(Records drawn from a dataset)
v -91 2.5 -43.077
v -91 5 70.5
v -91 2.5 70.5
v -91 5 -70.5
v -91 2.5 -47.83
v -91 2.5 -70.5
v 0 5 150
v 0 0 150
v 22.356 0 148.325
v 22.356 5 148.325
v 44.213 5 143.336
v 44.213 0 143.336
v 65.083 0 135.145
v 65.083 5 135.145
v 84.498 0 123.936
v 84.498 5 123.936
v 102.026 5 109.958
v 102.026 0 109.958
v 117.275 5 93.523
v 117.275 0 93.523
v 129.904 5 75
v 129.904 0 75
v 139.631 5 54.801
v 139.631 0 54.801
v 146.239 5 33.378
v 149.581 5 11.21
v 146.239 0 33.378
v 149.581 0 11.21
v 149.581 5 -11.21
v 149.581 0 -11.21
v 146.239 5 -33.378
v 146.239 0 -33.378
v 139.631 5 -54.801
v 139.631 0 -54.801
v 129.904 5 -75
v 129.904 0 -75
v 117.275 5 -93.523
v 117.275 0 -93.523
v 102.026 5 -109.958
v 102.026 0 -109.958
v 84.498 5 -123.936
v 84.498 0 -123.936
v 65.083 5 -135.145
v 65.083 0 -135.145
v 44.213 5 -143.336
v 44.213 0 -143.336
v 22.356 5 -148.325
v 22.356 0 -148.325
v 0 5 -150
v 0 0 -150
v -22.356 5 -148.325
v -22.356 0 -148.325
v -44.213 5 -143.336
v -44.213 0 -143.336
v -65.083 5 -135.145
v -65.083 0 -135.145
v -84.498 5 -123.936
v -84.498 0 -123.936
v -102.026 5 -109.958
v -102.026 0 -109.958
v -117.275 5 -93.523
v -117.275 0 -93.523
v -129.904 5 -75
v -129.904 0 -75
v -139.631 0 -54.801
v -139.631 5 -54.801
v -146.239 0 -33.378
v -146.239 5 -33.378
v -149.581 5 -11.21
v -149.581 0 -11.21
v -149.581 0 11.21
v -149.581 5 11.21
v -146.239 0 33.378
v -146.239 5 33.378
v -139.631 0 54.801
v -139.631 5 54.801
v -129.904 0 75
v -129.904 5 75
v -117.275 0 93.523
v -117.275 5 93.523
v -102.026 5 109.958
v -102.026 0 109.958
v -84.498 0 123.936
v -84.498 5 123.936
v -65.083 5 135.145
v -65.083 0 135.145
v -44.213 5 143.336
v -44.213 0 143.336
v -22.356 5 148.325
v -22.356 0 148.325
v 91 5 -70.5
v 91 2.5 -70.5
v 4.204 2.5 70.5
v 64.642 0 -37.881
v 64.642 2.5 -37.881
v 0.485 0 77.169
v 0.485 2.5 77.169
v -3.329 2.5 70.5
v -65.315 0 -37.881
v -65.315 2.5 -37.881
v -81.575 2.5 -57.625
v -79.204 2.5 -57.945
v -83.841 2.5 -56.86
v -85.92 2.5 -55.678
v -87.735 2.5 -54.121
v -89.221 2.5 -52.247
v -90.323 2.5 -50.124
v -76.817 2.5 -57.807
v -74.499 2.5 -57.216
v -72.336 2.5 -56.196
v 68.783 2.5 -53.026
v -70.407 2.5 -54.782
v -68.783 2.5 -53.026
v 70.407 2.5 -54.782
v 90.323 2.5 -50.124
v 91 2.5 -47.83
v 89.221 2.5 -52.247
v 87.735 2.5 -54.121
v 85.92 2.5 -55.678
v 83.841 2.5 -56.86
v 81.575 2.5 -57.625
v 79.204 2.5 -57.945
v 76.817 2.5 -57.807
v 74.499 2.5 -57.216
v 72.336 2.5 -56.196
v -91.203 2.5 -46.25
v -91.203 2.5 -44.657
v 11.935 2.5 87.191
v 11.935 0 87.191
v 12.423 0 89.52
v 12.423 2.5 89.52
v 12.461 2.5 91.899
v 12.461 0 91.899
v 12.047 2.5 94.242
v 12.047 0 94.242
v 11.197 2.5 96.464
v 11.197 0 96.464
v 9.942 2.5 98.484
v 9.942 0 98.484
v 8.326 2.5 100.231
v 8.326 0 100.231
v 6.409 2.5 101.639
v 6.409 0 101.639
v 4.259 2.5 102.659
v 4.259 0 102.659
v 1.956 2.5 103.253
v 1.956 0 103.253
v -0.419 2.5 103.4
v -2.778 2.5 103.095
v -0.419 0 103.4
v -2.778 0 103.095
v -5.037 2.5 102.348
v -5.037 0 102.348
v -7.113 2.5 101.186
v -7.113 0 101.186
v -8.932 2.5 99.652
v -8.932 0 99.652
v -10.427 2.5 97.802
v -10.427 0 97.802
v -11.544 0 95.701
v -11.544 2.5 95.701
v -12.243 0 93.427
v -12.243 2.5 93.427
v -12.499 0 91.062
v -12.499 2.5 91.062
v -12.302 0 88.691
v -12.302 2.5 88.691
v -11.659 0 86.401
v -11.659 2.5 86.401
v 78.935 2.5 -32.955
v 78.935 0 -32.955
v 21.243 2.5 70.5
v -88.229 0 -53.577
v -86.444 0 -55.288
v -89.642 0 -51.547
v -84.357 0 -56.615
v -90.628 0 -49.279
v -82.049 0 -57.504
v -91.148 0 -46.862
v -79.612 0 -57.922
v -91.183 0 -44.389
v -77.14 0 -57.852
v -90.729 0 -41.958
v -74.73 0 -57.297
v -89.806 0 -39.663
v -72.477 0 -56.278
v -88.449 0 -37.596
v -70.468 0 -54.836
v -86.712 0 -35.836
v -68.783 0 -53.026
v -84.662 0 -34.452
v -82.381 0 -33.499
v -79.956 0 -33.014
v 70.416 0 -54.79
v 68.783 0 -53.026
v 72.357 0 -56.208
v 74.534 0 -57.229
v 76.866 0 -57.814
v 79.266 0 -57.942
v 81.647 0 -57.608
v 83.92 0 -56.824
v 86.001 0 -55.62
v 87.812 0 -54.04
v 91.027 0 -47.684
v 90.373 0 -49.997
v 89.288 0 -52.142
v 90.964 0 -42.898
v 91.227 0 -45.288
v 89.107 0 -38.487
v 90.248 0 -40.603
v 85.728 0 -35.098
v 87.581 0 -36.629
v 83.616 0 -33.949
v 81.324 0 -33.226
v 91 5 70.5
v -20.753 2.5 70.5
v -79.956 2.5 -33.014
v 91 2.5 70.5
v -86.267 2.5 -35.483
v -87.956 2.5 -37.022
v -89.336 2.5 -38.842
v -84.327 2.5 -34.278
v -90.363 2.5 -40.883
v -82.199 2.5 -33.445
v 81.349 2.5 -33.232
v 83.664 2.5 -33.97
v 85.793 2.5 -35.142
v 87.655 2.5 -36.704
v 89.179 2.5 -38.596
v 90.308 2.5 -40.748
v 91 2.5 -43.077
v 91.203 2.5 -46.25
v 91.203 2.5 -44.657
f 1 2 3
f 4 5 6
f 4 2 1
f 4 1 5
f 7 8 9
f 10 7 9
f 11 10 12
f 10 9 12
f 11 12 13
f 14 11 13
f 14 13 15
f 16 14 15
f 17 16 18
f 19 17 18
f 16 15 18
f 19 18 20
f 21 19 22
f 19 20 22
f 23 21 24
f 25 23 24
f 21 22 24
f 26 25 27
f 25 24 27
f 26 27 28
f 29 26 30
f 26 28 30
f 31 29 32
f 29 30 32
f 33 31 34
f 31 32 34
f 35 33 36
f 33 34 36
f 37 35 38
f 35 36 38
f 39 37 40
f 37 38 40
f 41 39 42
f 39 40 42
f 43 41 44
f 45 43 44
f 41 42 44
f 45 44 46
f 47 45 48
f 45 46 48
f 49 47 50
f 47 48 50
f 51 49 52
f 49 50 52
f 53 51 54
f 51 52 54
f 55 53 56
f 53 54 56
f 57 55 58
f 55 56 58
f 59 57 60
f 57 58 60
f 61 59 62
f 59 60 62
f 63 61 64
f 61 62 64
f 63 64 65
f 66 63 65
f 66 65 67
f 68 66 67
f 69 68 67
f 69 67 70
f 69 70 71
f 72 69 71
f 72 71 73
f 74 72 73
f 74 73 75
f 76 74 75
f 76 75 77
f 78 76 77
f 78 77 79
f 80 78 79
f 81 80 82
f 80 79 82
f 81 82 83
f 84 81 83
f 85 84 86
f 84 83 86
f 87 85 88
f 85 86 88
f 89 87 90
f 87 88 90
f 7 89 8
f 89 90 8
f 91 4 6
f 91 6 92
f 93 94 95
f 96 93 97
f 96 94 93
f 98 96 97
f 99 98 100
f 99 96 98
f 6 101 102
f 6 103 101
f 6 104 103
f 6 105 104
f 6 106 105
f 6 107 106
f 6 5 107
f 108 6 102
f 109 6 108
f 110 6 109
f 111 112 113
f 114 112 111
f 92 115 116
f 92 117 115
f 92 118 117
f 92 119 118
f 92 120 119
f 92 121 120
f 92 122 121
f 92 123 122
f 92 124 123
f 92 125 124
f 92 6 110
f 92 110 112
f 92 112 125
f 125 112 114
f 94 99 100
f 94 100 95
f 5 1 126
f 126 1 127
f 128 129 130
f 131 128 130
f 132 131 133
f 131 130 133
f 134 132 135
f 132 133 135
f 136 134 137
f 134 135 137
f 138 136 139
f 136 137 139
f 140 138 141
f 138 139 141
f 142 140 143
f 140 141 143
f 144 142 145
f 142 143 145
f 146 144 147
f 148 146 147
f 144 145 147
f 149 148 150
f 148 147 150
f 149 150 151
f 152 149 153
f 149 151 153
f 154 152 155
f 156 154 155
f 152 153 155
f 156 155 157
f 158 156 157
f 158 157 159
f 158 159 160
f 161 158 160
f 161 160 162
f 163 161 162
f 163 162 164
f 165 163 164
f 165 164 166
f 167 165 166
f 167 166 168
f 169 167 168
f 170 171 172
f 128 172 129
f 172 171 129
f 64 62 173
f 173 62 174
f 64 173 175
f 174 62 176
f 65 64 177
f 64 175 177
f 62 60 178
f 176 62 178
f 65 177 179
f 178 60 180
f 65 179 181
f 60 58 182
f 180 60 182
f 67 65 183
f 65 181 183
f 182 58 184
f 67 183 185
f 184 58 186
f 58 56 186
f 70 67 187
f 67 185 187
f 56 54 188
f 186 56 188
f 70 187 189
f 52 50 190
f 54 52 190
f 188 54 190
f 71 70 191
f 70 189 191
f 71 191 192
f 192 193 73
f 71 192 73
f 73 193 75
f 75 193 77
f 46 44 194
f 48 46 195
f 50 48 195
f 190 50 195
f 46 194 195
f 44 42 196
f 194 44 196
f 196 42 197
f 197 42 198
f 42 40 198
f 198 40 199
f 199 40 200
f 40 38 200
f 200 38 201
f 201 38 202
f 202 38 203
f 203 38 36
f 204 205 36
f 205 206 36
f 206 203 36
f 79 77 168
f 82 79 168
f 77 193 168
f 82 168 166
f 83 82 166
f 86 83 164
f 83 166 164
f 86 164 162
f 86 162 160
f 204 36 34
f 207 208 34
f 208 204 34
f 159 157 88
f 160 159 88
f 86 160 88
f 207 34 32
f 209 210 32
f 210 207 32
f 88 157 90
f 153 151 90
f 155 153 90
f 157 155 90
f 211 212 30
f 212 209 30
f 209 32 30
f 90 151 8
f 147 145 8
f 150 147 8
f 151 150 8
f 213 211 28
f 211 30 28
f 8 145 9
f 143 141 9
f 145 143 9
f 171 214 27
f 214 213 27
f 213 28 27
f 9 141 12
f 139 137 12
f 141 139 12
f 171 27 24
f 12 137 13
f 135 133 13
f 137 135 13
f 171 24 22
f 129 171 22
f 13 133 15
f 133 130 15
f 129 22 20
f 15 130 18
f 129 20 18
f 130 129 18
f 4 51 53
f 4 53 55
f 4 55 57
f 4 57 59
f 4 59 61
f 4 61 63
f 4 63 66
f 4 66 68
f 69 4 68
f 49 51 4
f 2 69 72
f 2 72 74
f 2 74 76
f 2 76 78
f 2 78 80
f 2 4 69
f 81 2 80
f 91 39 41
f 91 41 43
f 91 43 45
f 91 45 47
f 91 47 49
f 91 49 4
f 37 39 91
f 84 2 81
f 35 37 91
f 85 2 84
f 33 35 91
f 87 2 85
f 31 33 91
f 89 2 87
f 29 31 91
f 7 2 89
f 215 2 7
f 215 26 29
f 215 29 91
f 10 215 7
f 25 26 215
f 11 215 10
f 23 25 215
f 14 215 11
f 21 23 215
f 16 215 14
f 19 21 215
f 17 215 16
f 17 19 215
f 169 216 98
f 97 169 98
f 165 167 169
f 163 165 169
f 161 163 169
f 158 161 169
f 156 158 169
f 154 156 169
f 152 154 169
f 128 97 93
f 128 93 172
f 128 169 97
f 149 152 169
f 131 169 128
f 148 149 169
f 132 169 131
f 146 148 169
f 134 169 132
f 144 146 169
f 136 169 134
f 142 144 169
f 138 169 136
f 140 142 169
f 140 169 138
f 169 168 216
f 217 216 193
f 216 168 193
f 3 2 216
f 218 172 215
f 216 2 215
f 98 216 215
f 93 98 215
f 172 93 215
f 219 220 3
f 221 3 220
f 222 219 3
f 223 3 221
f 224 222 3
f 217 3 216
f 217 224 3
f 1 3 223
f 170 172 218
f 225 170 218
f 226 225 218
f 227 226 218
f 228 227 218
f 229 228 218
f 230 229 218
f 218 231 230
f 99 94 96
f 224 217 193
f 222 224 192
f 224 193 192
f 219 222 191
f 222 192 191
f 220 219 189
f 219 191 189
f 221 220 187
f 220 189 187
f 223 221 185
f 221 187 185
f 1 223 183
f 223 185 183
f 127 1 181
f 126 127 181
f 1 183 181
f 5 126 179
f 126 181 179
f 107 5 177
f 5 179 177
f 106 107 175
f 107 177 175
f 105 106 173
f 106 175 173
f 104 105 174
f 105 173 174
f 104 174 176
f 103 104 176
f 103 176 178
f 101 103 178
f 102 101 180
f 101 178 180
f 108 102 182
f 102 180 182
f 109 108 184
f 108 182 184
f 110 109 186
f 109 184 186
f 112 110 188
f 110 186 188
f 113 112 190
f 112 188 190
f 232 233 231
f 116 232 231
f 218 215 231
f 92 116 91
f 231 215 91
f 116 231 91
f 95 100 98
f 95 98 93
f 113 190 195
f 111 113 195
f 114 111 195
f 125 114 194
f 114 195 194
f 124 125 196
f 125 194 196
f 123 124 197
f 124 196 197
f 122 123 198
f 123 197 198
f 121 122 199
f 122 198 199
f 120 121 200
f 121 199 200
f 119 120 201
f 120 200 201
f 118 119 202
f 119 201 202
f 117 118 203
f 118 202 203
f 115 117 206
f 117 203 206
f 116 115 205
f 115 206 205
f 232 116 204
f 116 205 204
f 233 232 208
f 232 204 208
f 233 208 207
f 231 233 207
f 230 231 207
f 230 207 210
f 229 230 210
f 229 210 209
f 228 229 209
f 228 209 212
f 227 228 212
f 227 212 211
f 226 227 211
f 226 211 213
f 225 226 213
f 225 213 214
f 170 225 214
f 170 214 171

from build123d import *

# Parameters (mm, degrees)
SKETCH1_R           = 150
BOSS_EXTRUDE1_DEPTH = 5
SKETCH2_R           = 12.5
CUT_EXTRUDE1_DEPTH  = 2.5
SKETCH4_W           = 182
SKETCH4_H           = 141
CUT_EXTRUDE2_DEPTH  = 2.5
CUT_EXTRUDE3_DEPTH  = 2.5


with BuildPart() as part:
    # Sketch1 → Boss-Extrude1 (new body)
    with BuildSketch(Plane(origin=(0, 0, 0), x_dir=(1, 0, 0), z_dir=(0, 1, 0))):
        with Locations(Location((0, 0, 0), (0, 0, 270))):
            Circle(SKETCH1_R)
    extrude(amount=BOSS_EXTRUDE1_DEPTH)

    # Sketch2 → Cut-Extrude1 (cut)
    with BuildSketch(Plane.XZ):
        with Locations(Location((0, 90.907224223, 0), (0, 0, 270))):
            Circle(SKETCH2_R)
        with Locations(Location((78.727965565, -45.453612112, 0), (0, 0, 270))):
            Circle(SKETCH2_R)
        with Locations(Location((-78.727965565, -45.453612112, 0), (0, 0, 270))):
            Circle(SKETCH2_R)
    extrude(amount=-CUT_EXTRUDE1_DEPTH, mode=Mode.SUBTRACT)

    # Sketch4 → Cut-Extrude2 (cut)
    with BuildSketch(Plane(origin=(0, 5, 0), x_dir=(1, 0, 0), z_dir=(0, 1, 0))):
        Rectangle(SKETCH4_W, SKETCH4_H)
    extrude(amount=-CUT_EXTRUDE2_DEPTH, mode=Mode.SUBTRACT)

    # Sketch5 → Cut-Extrude3 (cut)
    with BuildSketch(Plane.XZ):
        with BuildLine():
            Line((-11.659324393, 86.400545325), (-79.955582896, -33.014039945))
            ThreePointArc((-79.955582896, -33.014039945), (-67.813794545, -39.360101552), (-68.782668785, -53.0260009))
            Line((-68.782668785, -53.0260009), (68.782668785, -53.0260009))
            ThreePointArc((68.782668785, -53.0260009), (67.573694856, -39.811604938), (78.934736548, -32.955322398))
            Line((78.934736548, -32.955322398), (11.934955449, 87.191468792))
            ThreePointArc((11.934955449, 87.191468792), (0.418787658, 78.414241517), (-11.659324393, 86.400545325))
        make_face()
        Polygon((0.484780027, 77.168816505), (-65.315283199, -37.881223324), (64.642360996, -37.881223324), align=None, mode=Mode.SUBTRACT)
    extrude(amount=-CUT_EXTRUDE3_DEPTH, mode=Mode.SUBTRACT)


solid = part.part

[WORK TO BE COMPLETED]
Could you repeat exactly the lines above from the line with "v -89.221 2.5 -52.247" up to and including the line with "v 12.461 0 91.899", and only those?

[EXPECTED ANSWER]
v -89.221 2.5 -52.247
v -90.323 2.5 -50.124
v -76.817 2.5 -57.807
v -74.499 2.5 -57.216
v -72.336 2.5 -56.196
v 68.783 2.5 -53.026
v -70.407 2.5 -54.782
v -68.783 2.5 -53.026
v 70.407 2.5 -54.782
v 90.323 2.5 -50.124
v 91 2.5 -47.83
v 89.221 2.5 -52.247
v 87.735 2.5 -54.121
v 85.92 2.5 -55.678
v 83.841 2.5 -56.86
v 81.575 2.5 -57.625
v 79.204 2.5 -57.945
v 76.817 2.5 -57.807
v 74.499 2.5 -57.216
v 72.336 2.5 -56.196
v -91.203 2.5 -46.25
v -91.203 2.5 -44.657
v 11.935 2.5 87.191
v 11.935 0 87.191
v 12.423 0 89.52
v 12.423 2.5 89.52
v 12.461 2.5 91.899
v 12.461 0 91.899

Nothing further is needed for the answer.